The Andromeda galaxy is our largest galactic neighbor, measuring 260,000 light-years across.
NASA/JPL-Caltech

We’ve long thought of our universe as all-encompassing, the only one. But modern physics suggests ours may be just one of many.

In his new book, Accidental Universe: The World You Thought You Knew, MIT physicist and author Dr. Alan Lightman explores our universe in seven essays, each delving into one facet of our corner of the multiverse:

  1. Accidental: We’ve long thought of our universe as all-encompassing, the only one. But modern physics - specifically string theory and eternal expansion theory - suggests ours may be just one of many. While mind-boggling and somewhat disconcerting to many (physicists and lay people, alike) the multi-verse concept helps address what's known as the fine-tuning problem: why is our universe so perfectly suited for life? The scientific answer: it's an accident, or rather, a simple matter of statistical probability. With infinite universes following an infinite variety of physical laws, some small number will hit our sweet spot. And, by definition, that's where we've ended up.
  2. Temporary: Nothing is forever. Not youth, not diamonds, not even the happy accident that is our solar system. In another six billion years or so, the sun will run out of hydrogen, expand into a red giant, and swallow up Mercury, Venus, and probably Earth (which will long since - as in a few billion years - have become too hot to support life). 

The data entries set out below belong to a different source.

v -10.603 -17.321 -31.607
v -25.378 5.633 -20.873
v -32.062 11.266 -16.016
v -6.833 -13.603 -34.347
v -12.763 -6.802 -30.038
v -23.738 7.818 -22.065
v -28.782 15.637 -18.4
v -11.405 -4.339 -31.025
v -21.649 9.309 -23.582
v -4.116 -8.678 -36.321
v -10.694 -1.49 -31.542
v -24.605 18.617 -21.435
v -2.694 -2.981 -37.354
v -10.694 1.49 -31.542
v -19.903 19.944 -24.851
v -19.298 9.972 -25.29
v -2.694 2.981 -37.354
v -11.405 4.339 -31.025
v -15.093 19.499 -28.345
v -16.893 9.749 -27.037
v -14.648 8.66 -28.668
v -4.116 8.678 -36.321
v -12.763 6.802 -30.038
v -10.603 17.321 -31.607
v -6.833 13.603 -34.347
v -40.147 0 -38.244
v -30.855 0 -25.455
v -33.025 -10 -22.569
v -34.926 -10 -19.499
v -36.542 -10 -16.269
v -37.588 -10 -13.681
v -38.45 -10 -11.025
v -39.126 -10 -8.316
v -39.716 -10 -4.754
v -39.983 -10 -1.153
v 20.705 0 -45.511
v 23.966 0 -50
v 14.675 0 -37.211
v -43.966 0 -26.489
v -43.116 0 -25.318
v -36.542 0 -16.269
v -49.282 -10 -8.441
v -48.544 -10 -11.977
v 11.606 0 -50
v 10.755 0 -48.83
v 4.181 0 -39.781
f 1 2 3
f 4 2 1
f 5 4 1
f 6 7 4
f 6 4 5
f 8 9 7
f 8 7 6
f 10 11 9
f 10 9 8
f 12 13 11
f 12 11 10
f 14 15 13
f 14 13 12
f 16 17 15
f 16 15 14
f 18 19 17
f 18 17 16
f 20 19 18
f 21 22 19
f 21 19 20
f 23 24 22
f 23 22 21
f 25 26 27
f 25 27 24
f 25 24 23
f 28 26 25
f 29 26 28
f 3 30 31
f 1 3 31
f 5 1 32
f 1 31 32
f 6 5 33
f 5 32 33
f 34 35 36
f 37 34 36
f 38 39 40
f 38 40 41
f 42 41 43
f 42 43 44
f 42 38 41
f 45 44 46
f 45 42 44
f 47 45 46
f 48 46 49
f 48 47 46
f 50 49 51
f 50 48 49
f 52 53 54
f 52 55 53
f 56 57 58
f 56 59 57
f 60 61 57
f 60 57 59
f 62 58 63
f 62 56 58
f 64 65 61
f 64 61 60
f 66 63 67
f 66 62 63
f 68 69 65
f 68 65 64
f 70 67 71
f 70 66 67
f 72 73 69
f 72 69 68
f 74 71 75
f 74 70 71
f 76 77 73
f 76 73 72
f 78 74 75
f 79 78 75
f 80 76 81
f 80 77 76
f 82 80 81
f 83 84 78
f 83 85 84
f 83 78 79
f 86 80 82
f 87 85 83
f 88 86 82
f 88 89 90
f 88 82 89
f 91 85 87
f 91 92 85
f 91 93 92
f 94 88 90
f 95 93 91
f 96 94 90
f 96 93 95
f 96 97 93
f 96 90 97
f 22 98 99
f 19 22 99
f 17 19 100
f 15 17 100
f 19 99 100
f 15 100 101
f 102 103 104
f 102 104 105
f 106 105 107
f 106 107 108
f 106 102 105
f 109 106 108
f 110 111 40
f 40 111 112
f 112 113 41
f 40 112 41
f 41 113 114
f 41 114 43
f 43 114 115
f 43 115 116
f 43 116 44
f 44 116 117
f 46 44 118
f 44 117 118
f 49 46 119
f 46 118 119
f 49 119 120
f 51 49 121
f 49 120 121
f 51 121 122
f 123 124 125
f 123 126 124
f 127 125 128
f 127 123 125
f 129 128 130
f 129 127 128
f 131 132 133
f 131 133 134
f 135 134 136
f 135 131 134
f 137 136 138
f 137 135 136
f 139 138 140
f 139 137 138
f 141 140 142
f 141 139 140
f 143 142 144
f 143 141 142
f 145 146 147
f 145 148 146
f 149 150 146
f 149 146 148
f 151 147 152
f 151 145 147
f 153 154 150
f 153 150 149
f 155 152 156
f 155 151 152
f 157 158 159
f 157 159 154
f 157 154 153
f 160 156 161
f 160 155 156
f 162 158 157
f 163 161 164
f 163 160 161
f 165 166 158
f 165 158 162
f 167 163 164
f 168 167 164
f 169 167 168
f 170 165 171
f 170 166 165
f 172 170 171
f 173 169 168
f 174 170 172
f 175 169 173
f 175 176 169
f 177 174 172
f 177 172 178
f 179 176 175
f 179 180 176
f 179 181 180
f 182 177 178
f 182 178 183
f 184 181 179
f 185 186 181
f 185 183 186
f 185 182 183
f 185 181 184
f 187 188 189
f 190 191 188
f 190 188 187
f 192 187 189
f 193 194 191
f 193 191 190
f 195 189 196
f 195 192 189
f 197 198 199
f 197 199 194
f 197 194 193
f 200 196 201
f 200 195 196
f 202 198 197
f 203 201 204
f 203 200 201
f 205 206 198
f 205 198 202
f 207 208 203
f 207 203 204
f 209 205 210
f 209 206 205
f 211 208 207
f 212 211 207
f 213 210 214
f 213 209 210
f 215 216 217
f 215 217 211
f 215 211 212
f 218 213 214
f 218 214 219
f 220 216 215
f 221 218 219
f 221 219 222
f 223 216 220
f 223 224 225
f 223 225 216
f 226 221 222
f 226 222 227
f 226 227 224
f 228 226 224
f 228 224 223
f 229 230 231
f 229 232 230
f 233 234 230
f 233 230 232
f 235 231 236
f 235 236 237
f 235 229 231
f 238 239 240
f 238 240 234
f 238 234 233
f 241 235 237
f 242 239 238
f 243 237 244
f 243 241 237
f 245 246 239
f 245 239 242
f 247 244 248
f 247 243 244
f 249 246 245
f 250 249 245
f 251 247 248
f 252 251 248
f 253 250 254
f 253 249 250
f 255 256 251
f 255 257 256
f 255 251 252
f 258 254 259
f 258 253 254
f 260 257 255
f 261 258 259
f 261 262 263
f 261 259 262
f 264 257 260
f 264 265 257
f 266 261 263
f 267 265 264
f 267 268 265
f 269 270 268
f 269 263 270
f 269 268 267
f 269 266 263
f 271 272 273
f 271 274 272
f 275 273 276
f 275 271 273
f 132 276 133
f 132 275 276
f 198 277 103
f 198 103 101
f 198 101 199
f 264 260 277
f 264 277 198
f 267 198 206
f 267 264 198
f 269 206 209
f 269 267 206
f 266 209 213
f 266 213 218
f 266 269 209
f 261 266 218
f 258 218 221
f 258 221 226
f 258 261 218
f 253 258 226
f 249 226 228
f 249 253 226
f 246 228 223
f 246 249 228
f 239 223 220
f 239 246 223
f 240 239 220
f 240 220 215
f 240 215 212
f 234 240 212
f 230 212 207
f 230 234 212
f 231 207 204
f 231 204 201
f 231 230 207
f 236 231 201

  3. Gargantuan: Ours may not be the only universe, but it's still awesomely large ... and getting bigger every second. Just as we start from a single cell, the universe started from a dense particle even smaller than atom. In the intervening 13.8 billion years, it's done a lot of growing. Our ability to explore our world at both it's largest and smallest scales, and with increasing accuracy, is a measure of our progress as scientific beings.

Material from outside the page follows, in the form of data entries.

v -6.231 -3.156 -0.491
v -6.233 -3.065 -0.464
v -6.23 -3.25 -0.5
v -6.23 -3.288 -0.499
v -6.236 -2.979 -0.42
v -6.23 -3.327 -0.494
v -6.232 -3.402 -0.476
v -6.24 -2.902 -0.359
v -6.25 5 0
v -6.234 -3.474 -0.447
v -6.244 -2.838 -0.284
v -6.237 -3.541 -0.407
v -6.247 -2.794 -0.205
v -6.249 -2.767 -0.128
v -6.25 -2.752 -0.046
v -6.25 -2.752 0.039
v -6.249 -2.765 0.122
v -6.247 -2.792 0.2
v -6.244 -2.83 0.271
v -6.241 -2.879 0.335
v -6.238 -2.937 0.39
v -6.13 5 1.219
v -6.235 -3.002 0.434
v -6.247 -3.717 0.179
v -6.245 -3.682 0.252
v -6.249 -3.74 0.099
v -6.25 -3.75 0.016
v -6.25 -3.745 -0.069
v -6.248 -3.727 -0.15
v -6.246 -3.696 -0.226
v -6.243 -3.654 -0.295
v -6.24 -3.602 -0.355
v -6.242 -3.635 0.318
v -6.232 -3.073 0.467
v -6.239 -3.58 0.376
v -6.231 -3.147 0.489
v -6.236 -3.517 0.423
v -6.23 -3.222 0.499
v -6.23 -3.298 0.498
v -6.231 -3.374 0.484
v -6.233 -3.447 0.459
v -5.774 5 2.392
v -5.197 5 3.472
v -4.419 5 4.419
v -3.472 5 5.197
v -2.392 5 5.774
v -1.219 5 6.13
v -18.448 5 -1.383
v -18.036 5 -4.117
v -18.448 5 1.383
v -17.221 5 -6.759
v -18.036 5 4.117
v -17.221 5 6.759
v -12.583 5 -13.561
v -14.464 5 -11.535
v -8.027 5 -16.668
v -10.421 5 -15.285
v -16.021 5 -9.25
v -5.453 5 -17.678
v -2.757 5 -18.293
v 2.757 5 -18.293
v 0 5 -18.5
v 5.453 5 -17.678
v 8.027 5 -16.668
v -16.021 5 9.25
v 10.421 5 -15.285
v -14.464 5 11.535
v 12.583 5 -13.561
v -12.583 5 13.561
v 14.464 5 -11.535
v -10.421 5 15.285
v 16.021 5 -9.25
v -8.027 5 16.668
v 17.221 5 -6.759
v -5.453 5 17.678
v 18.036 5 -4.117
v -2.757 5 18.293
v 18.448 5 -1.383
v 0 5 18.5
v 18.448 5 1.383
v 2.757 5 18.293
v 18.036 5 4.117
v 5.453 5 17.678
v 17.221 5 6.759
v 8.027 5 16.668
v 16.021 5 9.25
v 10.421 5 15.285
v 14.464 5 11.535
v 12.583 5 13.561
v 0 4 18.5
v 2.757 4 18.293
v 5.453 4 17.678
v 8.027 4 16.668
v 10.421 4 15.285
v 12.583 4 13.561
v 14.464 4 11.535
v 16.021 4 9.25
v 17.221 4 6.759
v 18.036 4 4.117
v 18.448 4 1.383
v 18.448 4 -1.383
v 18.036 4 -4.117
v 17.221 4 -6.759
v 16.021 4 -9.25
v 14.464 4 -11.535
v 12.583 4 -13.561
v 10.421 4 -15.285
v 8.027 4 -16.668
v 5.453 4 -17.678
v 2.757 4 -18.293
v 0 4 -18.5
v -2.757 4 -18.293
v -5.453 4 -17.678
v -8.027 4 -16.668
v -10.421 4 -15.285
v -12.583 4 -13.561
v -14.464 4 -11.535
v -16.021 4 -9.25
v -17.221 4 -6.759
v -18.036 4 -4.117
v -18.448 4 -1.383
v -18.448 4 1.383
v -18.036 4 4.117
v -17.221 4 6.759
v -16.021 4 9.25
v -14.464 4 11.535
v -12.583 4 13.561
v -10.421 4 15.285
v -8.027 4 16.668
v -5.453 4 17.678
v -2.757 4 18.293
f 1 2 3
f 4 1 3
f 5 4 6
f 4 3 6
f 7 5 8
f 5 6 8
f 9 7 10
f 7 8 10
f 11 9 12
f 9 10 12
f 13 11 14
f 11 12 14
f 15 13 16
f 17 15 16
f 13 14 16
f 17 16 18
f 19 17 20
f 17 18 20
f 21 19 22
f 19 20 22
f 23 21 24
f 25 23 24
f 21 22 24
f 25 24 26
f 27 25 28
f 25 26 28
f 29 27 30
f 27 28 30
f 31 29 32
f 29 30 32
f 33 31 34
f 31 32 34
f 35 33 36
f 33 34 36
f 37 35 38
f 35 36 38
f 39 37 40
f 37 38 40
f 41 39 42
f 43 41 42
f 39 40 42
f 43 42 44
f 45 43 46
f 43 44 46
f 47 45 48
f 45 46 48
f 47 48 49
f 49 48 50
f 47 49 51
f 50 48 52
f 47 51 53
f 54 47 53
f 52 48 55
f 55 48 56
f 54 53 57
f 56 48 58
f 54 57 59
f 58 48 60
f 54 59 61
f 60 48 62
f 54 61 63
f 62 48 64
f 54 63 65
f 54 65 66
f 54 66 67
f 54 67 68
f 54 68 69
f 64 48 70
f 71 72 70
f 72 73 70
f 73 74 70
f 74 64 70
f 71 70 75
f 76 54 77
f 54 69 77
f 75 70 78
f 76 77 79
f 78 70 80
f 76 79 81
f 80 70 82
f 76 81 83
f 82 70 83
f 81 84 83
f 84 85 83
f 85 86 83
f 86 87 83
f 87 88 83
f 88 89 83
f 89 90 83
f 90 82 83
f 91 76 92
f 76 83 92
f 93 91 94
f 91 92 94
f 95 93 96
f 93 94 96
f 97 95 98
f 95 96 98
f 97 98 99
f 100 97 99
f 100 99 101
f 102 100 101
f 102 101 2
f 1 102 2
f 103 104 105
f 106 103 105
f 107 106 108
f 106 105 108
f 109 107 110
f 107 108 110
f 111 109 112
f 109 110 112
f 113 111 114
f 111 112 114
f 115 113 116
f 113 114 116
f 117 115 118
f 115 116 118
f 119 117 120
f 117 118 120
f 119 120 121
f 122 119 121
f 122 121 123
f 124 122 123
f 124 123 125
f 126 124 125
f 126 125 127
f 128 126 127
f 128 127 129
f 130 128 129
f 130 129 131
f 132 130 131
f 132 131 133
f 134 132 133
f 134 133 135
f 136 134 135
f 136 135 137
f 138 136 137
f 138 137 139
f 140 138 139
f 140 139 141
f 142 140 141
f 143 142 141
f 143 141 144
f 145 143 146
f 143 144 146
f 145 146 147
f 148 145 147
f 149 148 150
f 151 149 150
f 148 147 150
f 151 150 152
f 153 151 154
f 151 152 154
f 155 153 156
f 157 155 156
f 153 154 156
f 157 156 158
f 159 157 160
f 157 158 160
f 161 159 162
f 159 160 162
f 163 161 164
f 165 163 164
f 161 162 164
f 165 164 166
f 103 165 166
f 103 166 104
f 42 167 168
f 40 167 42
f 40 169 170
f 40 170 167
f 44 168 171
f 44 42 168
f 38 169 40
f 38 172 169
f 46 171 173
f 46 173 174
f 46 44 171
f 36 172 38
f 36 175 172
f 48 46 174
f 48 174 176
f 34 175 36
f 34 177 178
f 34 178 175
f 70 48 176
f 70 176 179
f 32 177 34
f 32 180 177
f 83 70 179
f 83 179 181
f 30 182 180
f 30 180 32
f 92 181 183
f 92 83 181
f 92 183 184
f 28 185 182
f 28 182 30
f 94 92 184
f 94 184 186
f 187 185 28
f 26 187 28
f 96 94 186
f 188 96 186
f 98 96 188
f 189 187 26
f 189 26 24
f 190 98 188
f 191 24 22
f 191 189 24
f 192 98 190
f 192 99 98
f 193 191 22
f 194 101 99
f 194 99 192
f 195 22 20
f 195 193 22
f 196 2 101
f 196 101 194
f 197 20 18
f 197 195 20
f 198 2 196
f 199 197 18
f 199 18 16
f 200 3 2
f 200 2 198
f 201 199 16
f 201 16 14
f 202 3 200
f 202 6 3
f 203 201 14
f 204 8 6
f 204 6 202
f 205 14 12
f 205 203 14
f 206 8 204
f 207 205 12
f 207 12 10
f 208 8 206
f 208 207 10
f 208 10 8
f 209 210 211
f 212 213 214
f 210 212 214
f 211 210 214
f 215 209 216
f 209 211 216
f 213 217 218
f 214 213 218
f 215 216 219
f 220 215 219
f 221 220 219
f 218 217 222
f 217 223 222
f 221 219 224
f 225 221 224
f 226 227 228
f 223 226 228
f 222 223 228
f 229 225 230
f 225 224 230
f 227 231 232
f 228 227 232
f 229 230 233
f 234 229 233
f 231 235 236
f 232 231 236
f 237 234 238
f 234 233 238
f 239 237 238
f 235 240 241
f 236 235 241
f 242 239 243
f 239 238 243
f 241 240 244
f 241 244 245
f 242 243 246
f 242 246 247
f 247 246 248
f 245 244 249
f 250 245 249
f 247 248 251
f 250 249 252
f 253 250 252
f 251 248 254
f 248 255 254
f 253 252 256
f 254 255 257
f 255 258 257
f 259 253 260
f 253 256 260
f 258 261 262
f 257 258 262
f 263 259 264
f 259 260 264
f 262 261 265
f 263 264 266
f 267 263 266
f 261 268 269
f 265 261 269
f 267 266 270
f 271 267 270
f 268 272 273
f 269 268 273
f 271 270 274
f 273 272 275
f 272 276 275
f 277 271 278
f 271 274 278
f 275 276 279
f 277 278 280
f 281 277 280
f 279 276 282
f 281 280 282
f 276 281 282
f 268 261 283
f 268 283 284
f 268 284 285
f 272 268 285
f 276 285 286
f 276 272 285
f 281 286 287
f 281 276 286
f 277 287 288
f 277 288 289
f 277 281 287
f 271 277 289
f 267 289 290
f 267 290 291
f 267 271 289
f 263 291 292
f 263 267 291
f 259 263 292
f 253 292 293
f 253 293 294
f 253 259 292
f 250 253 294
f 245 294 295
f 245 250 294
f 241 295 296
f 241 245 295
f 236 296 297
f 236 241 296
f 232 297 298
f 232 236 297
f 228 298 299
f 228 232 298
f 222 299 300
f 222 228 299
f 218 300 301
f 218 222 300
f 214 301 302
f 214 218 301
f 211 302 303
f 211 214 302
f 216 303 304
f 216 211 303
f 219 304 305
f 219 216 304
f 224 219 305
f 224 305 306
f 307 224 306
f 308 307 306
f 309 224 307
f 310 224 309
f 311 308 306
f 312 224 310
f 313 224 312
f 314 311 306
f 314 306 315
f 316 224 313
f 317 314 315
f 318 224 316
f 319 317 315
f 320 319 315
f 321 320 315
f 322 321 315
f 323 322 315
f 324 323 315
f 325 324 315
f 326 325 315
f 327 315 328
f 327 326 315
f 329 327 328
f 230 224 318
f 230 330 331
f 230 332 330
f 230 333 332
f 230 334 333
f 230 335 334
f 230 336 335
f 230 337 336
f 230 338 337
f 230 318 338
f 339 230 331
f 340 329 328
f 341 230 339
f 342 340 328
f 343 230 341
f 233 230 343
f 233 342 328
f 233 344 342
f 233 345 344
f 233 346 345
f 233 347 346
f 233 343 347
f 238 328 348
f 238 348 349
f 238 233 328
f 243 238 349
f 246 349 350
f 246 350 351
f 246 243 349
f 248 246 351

  4. Symmetry: We find symmetry everywhere in nature, from snowflakes to starfish, and physicists even think it's a fundamental property of our universe. We humans are drawn to symmetry, we emulate it, but with a twist. We prefer symmetry that is ever so slightly imperfect - side-parted hair styles, a painting with one asymmetrical element. And even in this we are perfectly matched to our universe, because in a world of absolute symmetry, sub-atomic particles would be without mass. The importance of the Higgs Boson is that it resolves this conundrum, by breaking symmetry (enabling symmetry in the first place) and conferring mass to all other particles.
  5. Lawful: While other universes may operate on totally different premises, the physical laws of our universe appear to be constant through space and time. In fact, that's a fundamental underpinning of scientific study, what Lightman calls the Central Doctrine of Science. Ironically, though, it is ultimately untestable and must be accepted on faith.
  6. Spiritual: A man of science and an atheist himself, Lightman is nonetheless quick to point out that there are questions and entire realms of knowledge outside the purview of science.
  7. Disembodied: Technology enables us to learn about our world in ways unimaginable centuries, or even decades, ago. But Lightman argues, as many others have, that the omnipresence of technology in our daily lives also puts us at a distance from each other, and the world around us. He ends the book with a plea to reconnect, and a vision of what future generations might consider normal.